# HOW TO COMPLETE THIS TASK
Begin at the line below that has "# Parameters (mm, degrees)" and stop after the line that has "# FreeCAD 1.0 macro for this part". Please restate only those lines, word for word.

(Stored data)
::::
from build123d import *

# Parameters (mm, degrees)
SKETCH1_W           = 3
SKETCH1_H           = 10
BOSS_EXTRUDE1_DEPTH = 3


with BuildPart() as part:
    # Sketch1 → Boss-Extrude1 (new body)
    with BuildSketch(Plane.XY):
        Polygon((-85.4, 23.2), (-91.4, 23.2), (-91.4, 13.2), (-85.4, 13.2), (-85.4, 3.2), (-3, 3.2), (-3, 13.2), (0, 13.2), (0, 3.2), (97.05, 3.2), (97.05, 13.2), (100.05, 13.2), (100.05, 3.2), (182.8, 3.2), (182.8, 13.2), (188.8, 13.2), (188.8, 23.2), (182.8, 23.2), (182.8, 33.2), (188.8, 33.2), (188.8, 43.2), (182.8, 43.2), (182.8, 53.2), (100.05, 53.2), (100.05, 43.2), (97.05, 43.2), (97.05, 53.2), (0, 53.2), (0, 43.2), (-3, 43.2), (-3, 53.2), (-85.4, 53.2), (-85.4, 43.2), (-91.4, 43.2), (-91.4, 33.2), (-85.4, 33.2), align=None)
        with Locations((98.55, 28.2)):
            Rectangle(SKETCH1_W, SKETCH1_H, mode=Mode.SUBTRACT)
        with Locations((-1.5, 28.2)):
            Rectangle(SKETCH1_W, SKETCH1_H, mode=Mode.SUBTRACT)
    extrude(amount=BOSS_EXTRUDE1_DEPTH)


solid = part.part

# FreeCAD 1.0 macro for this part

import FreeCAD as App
import Part
import Sketcher
Q = App.Units.Quantity


def add_polygon(sketch, points):
    """Adds a closed chain of lines whose ends are joined by coincident constraints."""
    first, n = sketch.GeometryCount, len(points)
    for a, b in zip(points, points[1:] + points[:1]):
        sketch.addGeometry(Part.LineSegment(App.Vector(*a, 0), App.Vector(*b, 0)), False)
    for i in range(n):
        sketch.addConstraint(Sketcher.Constraint("Coincident", first + i, 2, first + (i + 1) % n, 1))

doc = App.newDocument("Part")
params = doc.addObject("Spreadsheet::Sheet", "Params")
for row, (alias, value) in enumerate([
    ("sketch1_width", "6 mm"),
    ("sketch1_width2", "3 mm"),
    ("sketch1_height", "10 mm"),
    ("sketch1_width3", "82.4 mm"),
    ("sketch1_width4", "97.05 mm"),
    ("pad1_length", "3 mm"),
], start=1):
    params.set(f"A{row}", alias)
    params.set(f"B{row}", "=" + value)
    params.setAlias(f"B{row}", alias)

body = doc.addObject("PartDesign::Body", "Body")

sketch1 = body.newObject("Sketcher::SketchObject", "Sketch")
sketch1.AttachmentSupport = (doc.getObject("XY_Plane"), [""])
sketch1.MapMode = "FlatFace"
add_polygon(sketch1, [(-85.4, 23.2), (-91.4, 23.2), (-91.4, 13.2), (-85.4, 13.2), (-85.4, 3.2), (-3, 3.2), (-3, 13.2), (0, 13.2), (0, 3.2), (97.05, 3.2), (97.05, 13.2), (100.05, 13.2), (100.05, 3.2), (182.8, 3.2), (182.8, 13.2), (188.8, 13.2), (188.8, 23.2), (182.8, 23.2), (182.8, 33.2), (188.8, 33.2), (188.8, 43.2), (182.8, 43.2), (182.8, 53.2), (100.05, 53.2), (100.05, 43.2), (97.05, 43.2), (97.05, 53.2), (0, 53.2), (0, 43.2), (-3, 43.2), (-3, 53.2), (-85.4, 53.2), (-85.4, 43.2), (-91.4, 43.2), (-91.4, 33.2), (-85.4, 33.2)])
add_polygon(sketch1, [(0, 23.2), (-3, 23.2), (-3, 33.2), (0, 33.2)])
add_polygon(sketch1, [(100.05, 23.2), (97.05, 23.2), (97.05, 33.2), (100.05, 33.2)])
sketch1.addConstraint([
    Sketcher.Constraint("Horizontal", 0),
    Sketcher.Constraint("Vertical", 1),
    Sketcher.Constraint("Horizontal", 2),
    Sketcher.Constraint("Vertical", 3),
    Sketcher.Constraint("Horizontal", 4),
    Sketcher.Constraint("Vertical", 5),
    Sketcher.Constraint("Horizontal", 6),
    Sketcher.Constraint("Vertical", 7),
    Sketcher.Constraint("Horizontal", 8),
    Sketcher.Constraint("Vertical", 9),
    Sketcher.Constraint("Horizontal", 10),
    Sketcher.Constraint("Vertical", 11),
    Sketcher.Constraint("Horizontal", 12),
    Sketcher.Constraint("Vertical", 13),
    Sketcher.Constraint("Horizontal", 14),
    Sketcher.Constraint("Vertical", 15),
    Sketcher.Constraint("Horizontal", 16),
    Sketcher.Constraint("Vertical", 17),
    Sketcher.Constraint("Horizontal", 18),
    Sketcher.Constraint("Vertical", 19),
    Sketcher.Constraint("Horizontal", 20),
    Sketcher.Constraint("Vertical", 21),
    Sketcher.Constraint("Horizontal", 22),
    Sketcher.Constraint("Vertical", 23),
    Sketcher.Constraint("Horizontal", 24),
    Sketcher.Constraint("Vertical", 25),
    Sketcher.Constraint("Horizontal", 26),
    Sketcher.Constraint("Vertical", 27),
    Sketcher.Constraint("Horizontal", 28),
    Sketcher.Constraint("Vertical", 29),
    Sketcher.Constraint("Horizontal", 30),
    Sketcher.Constraint("Vertical", 31),
    Sketcher.Constraint("Horizontal", 32),
    Sketcher.Constraint("Vertical", 33),
    Sketcher.Constraint("Horizontal", 34),
    Sketcher.Constraint("Vertical", 35),
    Sketcher.Constraint("Horizontal", 36),
    Sketcher.Constraint("Vertical", 37),
    Sketcher.Constraint("Horizontal", 38),
    Sketcher.Constraint("Vertical", 39),
    Sketcher.Constraint("Horizontal", 40),
    Sketcher.Constraint("Vertical", 41),
    Sketcher.Constraint("Horizontal", 42),
    Sketcher.Constraint("Vertical", 43),
    Sketcher.Constraint("PointOnObject", 6, 2, -2),
    Sketcher.Constraint("PointOnObject", 26, 2, -2),
    Sketcher.Constraint("PointOnObject", 38, 2, -2),
    Sketcher.Constraint("Horizontal", 2, 2, 5, 2),
    Sketcher.Constraint("Horizontal", 4, 2, 7, 2),
    Sketcher.Constraint("Horizontal", 6, 2, 9, 2),
    Sketcher.Constraint("Horizontal", 8, 2, 11, 2),
    Sketcher.Constraint("Horizontal", 10, 2, 13, 2),
    Sketcher.Constraint("Horizontal", 0, 2, 15, 2),
    Sketcher.Constraint("Horizontal", 20, 2, 23, 2),
    Sketcher.Constraint("Horizontal", 22, 2, 25, 2),
    Sketcher.Constraint("Horizontal", 24, 2, 27, 2),
    Sketcher.Constraint("Horizontal", 26, 2, 29, 2),
    Sketcher.Constraint("Horizontal", 28, 2, 31, 2),
    Sketcher.Constraint("Horizontal", 18, 2, 33, 2),
    Sketcher.Constraint("Horizontal", 35, 2, 36, 2),
    Sketcher.Constraint("Horizontal", 34, 2, 37, 2),
    Sketcher.Constraint("Horizontal", 39, 2, 40, 2),
    Sketcher.Constraint("Horizontal", 38, 2, 41, 2),
    Sketcher.Constraint("Vertical", 13, 2, 16, 2),
    Sketcher.Constraint("Vertical", 15, 2, 18, 2),
    Sketcher.Constraint("Vertical", 17, 2, 20, 2),
    Sketcher.Constraint("Vertical", 11, 2, 22, 2),
    Sketcher.Constraint("Vertical", 9, 2, 24, 2),
    Sketcher.Constraint("Vertical", 5, 2, 28, 2),
    Sketcher.Constraint("Vertical", 3, 2, 30, 2),
    Sketcher.Constraint("Vertical", 1, 2, 32, 2),
    Sketcher.Constraint("Vertical", 31, 2, 34, 2),
    Sketcher.Constraint("Vertical", 29, 2, 36, 2),
    Sketcher.Constraint("Vertical", 25, 2, 40, 2),
    Sketcher.Constraint("Vertical", 23, 2, 42, 2),
    Sketcher.Constraint("Equal", 6, 10),
    Sketcher.Constraint("Equal", 2, 14),
    Sketcher.Constraint("Equal", 1, 3),
    Sketcher.Constraint("Equal", 15, 17),
    Sketcher.Constraint("Equal", 17, 19),
    Sketcher.Constraint("Equal", 19, 21),
    Sketcher.Constraint("DistanceX", 0, 2, 0, 1, Q("6 mm")),
    Sketcher.Constraint("DistanceX", 6, 1, 6, 2, Q("3 mm")),
    Sketcher.Constraint("DistanceY", 1, 2, 1, 1, Q("10 mm")),
    Sketcher.Constraint("DistanceX", 4, 1, 4, 2, Q("82.4 mm")),
    Sketcher.Constraint("DistanceX", 8, 1, 8, 2, Q("97.05 mm")),
    Sketcher.Constraint("DistanceX", 12, 1, 12, 2, Q("82.75 mm")),
    Sketcher.Constraint("DistanceY", -1, 1, 0, 2, Q("23.2 mm")),
])
sketch1.setExpression("Constraints[125]", "Params.sketch1_width")
sketch1.setExpression("Constraints[126]", "Params.sketch1_width2")
sketch1.setExpression("Constraints[127]", "Params.sketch1_height")
sketch1.setExpression("Constraints[128]", "Params.sketch1_width3")
sketch1.setExpression("Constraints[129]", "Params.sketch1_width4")
pad1 = body.newObject("PartDesign::Pad", "Pad")
pad1.Profile = sketch1
pad1.setExpression("Length", "Params.pad1_length")

doc.recompute()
::::
# SOLVED PROBLEM
# Parameters (mm, degrees)
SKETCH1_W           = 3
SKETCH1_H           = 10
BOSS_EXTRUDE1_DEPTH = 3


with BuildPart() as part:
    # Sketch1 → Boss-Extrude1 (new body)
    with BuildSketch(Plane.XY):
        Polygon((-85.4, 23.2), (-91.4, 23.2), (-91.4, 13.2), (-85.4, 13.2), (-85.4, 3.2), (-3, 3.2), (-3, 13.2), (0, 13.2), (0, 3.2), (97.05, 3.2), (97.05, 13.2), (100.05, 13.2), (100.05, 3.2), (182.8, 3.2), (182.8, 13.2), (188.8, 13.2), (188.8, 23.2), (182.8, 23.2), (182.8, 33.2), (188.8, 33.2), (188.8, 43.2), (182.8, 43.2), (182.8, 53.2), (100.05, 53.2), (100.05, 43.2), (97.05, 43.2), (97.05, 53.2), (0, 53.2), (0, 43.2), (-3, 43.2), (-3, 53.2), (-85.4, 53.2), (-85.4, 43.2), (-91.4, 43.2), (-91.4, 33.2), (-85.4, 33.2), align=None)
        with Locations((98.55, 28.2)):
            Rectangle(SKETCH1_W, SKETCH1_H, mode=Mode.SUBTRACT)
        with Locations((-1.5, 28.2)):
            Rectangle(SKETCH1_W, SKETCH1_H, mode=Mode.SUBTRACT)
    extrude(amount=BOSS_EXTRUDE1_DEPTH)


solid = part.part

# FreeCAD 1.0 macro for this part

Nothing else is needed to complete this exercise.